Find the following limit:
lim_(x->infinity) x/(2-cos(x))
Applying the quotient rule, write lim_(x->infinity) x/(2-cos(x)) as (lim_(x->infinity) x)/(lim_(x->infinity) (2-cos(x))):
(lim_(x->infinity) x)/(lim_(x->infinity) (2-cos(x)))
The limit of a difference is the difference of the limits:
(lim_(x->infinity) x)/lim_(x->infinity) 2-lim_(x->infinity) cos(x)

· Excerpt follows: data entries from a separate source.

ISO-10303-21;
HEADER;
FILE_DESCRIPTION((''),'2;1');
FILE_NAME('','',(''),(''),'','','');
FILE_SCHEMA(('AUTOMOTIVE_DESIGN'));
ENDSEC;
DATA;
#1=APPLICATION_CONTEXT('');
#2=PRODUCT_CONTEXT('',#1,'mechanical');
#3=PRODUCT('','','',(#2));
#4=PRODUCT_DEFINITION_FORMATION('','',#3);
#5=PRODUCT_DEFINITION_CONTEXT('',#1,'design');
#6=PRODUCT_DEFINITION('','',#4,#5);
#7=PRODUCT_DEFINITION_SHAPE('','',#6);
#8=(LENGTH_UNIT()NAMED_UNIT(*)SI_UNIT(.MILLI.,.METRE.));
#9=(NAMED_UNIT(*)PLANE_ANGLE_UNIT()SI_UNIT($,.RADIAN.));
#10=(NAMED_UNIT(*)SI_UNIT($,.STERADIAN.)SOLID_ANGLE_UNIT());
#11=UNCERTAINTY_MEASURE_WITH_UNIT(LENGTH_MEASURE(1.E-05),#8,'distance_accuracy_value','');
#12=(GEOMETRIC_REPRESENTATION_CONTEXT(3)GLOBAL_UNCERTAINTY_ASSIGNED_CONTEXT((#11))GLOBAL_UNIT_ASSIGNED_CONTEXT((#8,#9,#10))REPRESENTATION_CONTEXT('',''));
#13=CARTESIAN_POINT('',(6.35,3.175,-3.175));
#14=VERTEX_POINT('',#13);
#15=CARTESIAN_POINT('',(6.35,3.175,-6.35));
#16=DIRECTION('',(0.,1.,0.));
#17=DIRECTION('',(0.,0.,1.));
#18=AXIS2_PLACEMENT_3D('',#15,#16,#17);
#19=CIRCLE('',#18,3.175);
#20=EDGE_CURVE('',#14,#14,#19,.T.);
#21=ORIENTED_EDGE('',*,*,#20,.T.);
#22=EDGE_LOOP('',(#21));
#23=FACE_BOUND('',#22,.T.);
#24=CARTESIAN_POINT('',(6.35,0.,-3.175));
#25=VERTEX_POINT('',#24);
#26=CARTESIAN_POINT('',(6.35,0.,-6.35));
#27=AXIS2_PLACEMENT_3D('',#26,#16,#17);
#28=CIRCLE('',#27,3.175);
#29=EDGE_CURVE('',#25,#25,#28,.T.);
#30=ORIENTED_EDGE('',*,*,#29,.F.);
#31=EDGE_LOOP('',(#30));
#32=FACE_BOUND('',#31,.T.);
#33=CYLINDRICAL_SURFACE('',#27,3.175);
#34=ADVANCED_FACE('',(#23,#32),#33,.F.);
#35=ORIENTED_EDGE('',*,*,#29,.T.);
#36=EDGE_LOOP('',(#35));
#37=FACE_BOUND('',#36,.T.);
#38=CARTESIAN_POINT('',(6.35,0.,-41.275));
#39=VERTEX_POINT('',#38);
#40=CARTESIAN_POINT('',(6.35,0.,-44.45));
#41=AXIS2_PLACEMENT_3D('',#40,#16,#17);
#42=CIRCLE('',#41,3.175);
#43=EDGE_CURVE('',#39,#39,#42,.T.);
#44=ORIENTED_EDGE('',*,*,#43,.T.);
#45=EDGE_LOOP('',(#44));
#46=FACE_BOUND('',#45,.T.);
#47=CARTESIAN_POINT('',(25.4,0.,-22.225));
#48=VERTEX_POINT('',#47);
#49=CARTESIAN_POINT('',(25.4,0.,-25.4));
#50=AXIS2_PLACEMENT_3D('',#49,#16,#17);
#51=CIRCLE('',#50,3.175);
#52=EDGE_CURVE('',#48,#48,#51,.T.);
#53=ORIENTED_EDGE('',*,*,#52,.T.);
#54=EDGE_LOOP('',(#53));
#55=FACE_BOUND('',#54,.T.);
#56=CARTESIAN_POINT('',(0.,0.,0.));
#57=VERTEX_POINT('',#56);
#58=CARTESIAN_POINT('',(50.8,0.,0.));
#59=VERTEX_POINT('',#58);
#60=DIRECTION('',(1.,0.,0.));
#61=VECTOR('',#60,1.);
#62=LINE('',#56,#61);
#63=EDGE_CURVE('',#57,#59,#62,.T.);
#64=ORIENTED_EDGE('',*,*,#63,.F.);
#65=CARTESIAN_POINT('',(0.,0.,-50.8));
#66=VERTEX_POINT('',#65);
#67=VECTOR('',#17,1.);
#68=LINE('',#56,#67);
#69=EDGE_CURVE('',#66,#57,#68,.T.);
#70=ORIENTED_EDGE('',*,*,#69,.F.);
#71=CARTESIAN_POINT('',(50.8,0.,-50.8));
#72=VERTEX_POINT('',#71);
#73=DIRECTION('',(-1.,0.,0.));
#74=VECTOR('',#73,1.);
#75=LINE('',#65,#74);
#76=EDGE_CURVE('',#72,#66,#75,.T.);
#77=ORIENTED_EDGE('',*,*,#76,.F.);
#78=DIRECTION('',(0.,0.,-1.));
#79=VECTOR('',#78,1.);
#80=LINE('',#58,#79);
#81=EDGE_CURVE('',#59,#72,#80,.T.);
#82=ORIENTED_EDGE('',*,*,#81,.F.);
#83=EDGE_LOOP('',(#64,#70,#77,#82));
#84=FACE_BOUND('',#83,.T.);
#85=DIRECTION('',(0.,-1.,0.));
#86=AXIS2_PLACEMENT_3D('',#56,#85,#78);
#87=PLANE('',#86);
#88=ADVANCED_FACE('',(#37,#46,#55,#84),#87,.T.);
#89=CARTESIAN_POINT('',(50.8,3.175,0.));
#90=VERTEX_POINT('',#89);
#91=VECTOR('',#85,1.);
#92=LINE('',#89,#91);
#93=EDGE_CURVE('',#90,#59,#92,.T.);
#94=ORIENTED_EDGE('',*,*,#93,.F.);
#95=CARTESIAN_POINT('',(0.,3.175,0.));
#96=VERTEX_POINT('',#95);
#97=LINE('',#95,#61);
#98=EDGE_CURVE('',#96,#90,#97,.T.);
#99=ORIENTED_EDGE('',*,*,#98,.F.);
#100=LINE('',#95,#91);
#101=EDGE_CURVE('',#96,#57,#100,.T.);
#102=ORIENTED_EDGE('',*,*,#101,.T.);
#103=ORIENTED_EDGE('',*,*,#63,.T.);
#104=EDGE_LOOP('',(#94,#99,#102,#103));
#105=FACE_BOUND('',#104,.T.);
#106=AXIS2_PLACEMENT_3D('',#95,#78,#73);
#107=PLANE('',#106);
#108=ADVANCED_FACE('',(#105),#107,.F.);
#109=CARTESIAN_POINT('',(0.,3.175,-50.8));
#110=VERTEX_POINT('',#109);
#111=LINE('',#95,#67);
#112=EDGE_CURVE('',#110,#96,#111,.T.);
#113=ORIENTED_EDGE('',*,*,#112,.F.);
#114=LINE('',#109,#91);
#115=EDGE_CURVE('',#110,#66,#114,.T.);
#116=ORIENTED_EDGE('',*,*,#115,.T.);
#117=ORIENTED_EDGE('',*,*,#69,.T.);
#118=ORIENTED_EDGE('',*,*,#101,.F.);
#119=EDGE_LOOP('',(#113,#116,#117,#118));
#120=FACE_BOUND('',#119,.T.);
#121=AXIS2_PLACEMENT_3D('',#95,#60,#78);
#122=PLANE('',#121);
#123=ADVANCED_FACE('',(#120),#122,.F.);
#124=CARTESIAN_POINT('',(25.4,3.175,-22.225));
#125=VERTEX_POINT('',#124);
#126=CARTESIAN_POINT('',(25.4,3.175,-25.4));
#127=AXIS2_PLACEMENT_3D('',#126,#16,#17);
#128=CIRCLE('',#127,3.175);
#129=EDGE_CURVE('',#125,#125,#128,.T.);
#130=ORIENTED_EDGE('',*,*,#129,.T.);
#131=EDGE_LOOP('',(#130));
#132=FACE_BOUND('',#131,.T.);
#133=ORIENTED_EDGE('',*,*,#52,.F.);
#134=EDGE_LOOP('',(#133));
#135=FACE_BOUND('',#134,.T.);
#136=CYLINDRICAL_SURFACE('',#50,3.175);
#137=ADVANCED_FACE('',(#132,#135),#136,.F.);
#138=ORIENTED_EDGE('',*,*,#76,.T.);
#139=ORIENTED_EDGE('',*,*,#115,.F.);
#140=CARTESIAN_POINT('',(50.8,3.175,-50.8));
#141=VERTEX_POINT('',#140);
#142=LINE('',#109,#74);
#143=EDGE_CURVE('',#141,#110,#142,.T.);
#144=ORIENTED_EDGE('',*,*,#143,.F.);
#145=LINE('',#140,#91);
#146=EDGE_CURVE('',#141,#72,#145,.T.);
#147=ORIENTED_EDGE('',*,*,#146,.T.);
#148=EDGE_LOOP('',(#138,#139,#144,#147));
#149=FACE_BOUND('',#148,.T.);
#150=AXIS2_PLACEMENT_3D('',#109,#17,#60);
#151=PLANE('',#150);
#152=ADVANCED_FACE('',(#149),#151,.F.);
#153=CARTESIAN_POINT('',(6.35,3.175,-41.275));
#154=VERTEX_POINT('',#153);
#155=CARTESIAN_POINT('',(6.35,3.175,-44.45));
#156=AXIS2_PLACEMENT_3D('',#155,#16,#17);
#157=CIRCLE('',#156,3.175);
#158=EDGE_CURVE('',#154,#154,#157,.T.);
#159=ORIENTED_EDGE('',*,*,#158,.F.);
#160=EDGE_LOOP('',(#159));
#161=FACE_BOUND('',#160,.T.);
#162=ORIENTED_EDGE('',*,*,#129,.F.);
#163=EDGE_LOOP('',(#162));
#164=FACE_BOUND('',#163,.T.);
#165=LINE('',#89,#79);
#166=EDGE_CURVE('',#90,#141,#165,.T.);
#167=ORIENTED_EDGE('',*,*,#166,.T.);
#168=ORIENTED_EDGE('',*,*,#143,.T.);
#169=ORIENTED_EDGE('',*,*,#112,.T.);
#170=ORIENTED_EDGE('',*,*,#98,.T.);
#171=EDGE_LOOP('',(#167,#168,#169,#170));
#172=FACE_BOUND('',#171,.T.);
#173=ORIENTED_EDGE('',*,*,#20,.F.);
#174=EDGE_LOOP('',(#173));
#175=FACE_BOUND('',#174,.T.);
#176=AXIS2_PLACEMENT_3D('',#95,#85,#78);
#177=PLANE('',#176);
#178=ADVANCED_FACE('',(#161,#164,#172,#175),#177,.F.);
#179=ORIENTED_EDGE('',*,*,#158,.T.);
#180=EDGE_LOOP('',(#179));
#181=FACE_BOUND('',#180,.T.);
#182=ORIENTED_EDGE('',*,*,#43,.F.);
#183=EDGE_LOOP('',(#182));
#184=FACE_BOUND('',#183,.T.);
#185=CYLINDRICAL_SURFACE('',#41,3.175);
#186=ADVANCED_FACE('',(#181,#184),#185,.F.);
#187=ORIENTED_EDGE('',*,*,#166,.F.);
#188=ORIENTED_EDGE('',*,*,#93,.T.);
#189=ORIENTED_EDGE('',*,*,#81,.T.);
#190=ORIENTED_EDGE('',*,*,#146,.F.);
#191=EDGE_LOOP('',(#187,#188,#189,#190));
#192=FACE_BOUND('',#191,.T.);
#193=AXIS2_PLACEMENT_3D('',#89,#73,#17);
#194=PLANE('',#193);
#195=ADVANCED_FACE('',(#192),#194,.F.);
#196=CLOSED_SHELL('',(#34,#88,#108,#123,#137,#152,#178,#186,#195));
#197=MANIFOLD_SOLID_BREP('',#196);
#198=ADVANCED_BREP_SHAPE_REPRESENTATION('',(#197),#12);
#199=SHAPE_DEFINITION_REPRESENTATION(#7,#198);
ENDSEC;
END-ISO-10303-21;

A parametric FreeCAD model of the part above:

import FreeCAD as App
import Part
import Sketcher

V = App.Vector
Q = App.Units.Quantity


def add_polygon(sketch, points):
    """Adds a closed chain of lines whose ends are joined by coincident constraints."""
    first, n = sketch.GeometryCount, len(points)
    for a, b in zip(points, points[1:] + points[:1]):
        sketch.addGeometry(Part.LineSegment(App.Vector(*a, 0), App.Vector(*b, 0)), False)
    for i in range(n):
        sketch.addConstraint(Sketcher.Constraint("Coincident", first + i, 2, first + (i + 1) % n, 1))

doc = App.newDocument("Part")
body = doc.addObject("PartDesign::Body", "Body")

# Sketch on XZ plane
sketch1 = doc.addObject("Sketcher::SketchObject", "Sketch")
body.addObject(sketch1)
sketch1.AttachmentSupport = (doc.XZ_Plane, [""])
sketch1.MapMode = "FlatFace"
add_polygon(sketch1, [(0, -51), (0, 0), (51, 0), (51, -51)])  # lines 0-3
sketch1.addConstraint([
    Sketcher.Constraint("Vertical", 0),
    Sketcher.Constraint("Horizontal", 1),
    Sketcher.Constraint("Vertical", 2),
    Sketcher.Constraint("Horizontal", 3),
    Sketcher.Constraint("Coincident", 0, 2, -1, 1),
    Sketcher.Constraint("Equal", 3, 0),
    Sketcher.Constraint("DistanceX", 1, 1, 1, 2, Q("2 in")),
])
pad1 = doc.addObject("PartDesign::Pad", "Pad")
body.addObject(pad1)
pad1.Profile = sketch1
pad1.Length = Q("0.125 in")
pad1.Reversed = True

# Sketch on XZ plane
sketch2 = doc.addObject("Sketcher::SketchObject", "Sketch001")
body.addObject(sketch2)
sketch2.AttachmentSupport = (doc.XZ_Plane, [""])
sketch2.MapMode = "FlatFace"
sketch2.AttachmentOffset = App.Placement(V(0, 0, -0.125 * 25.4), App.Rotation())
sketch2.addGeometry([
    Part.Circle(V(6.3, -44.5, 0), V(0, 0, 1), 3.2),
    Part.Circle(V(6.3, -6.3, 0), V(0, 0, 1), 3.2),
    Part.Circle(V(25.4, -25.4, 0), V(0, 0, 1), 3.2),
], False)
sketch2.addConstraint([
    Sketcher.Constraint("Equal", 0, 1),
    Sketcher.Constraint("Equal", 1, 2),
    Sketcher.Constraint("Vertical", 0, 3, 1, 3),
    Sketcher.Constraint("Diameter", 0, Q("0.25 in")),
    Sketcher.Constraint("DistanceX", -1, 1, 2, 3, Q("1 in")),
    Sketcher.Constraint("DistanceY", 2, 3, -1, 1, Q("1 in")),
    Sketcher.Constraint("DistanceY", 0, 3, 1, 3, Q("1.5 in")),
    Sketcher.Constraint("DistanceX", -1, 1, 0, 3, Q("0.25 in")),
    Sketcher.Constraint("DistanceY", 0, 3, -1, 1, Q("1.75 in")),
])
pocket1 = doc.addObject("PartDesign::Pocket", "Pocket")
body.addObject(pocket1)
pocket1.Profile = sketch2
pocket1.Length = Q("0.125 in")
pocket1.Reversed = True

doc.recompute()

Using the fact that cosine is a continuous function, write lim_(x->infinity) cos(x) as cos(lim_(x->infinity) x):
(lim_(x->infinity) x)/(lim_(x->infinity) 2-cos(lim_(x->infinity) x))
lim_(x->infinity) x = infinity:
(lim_(x->infinity) x)/(lim_(x->infinity) 2-cos(infinity))
cos(infinity) = -1 to 1:
(lim_(x->infinity) x)/lim_(x->infinity) 2--1 to 1
Since 2 is constant, lim_(x->infinity) 2 = 2:
(lim_(x->infinity) x)/(2--1 to 1)
2--1 to 1 = 1 to 3:
(lim_(x->infinity) x)/1 to 3
lim_(x->infinity) x = infinity:
infinity/(1 to 3)
infinity/(1 to 3) = infinity:
Answer: | infinity
+128475 Look att he graph of the function, here.......https://www.desmos.com/calculator/m8gxiqxa9c
Would it be more accurate to say that the limit does not exist.......since the function "ping-pongs" between values defined by two non-parallel lines as x approaches infinity ???
Anyone else have any thoughts about this question ????
CPhill: Just plugged it into WolframAlpha and it also gives infinity????!!!!!!!!.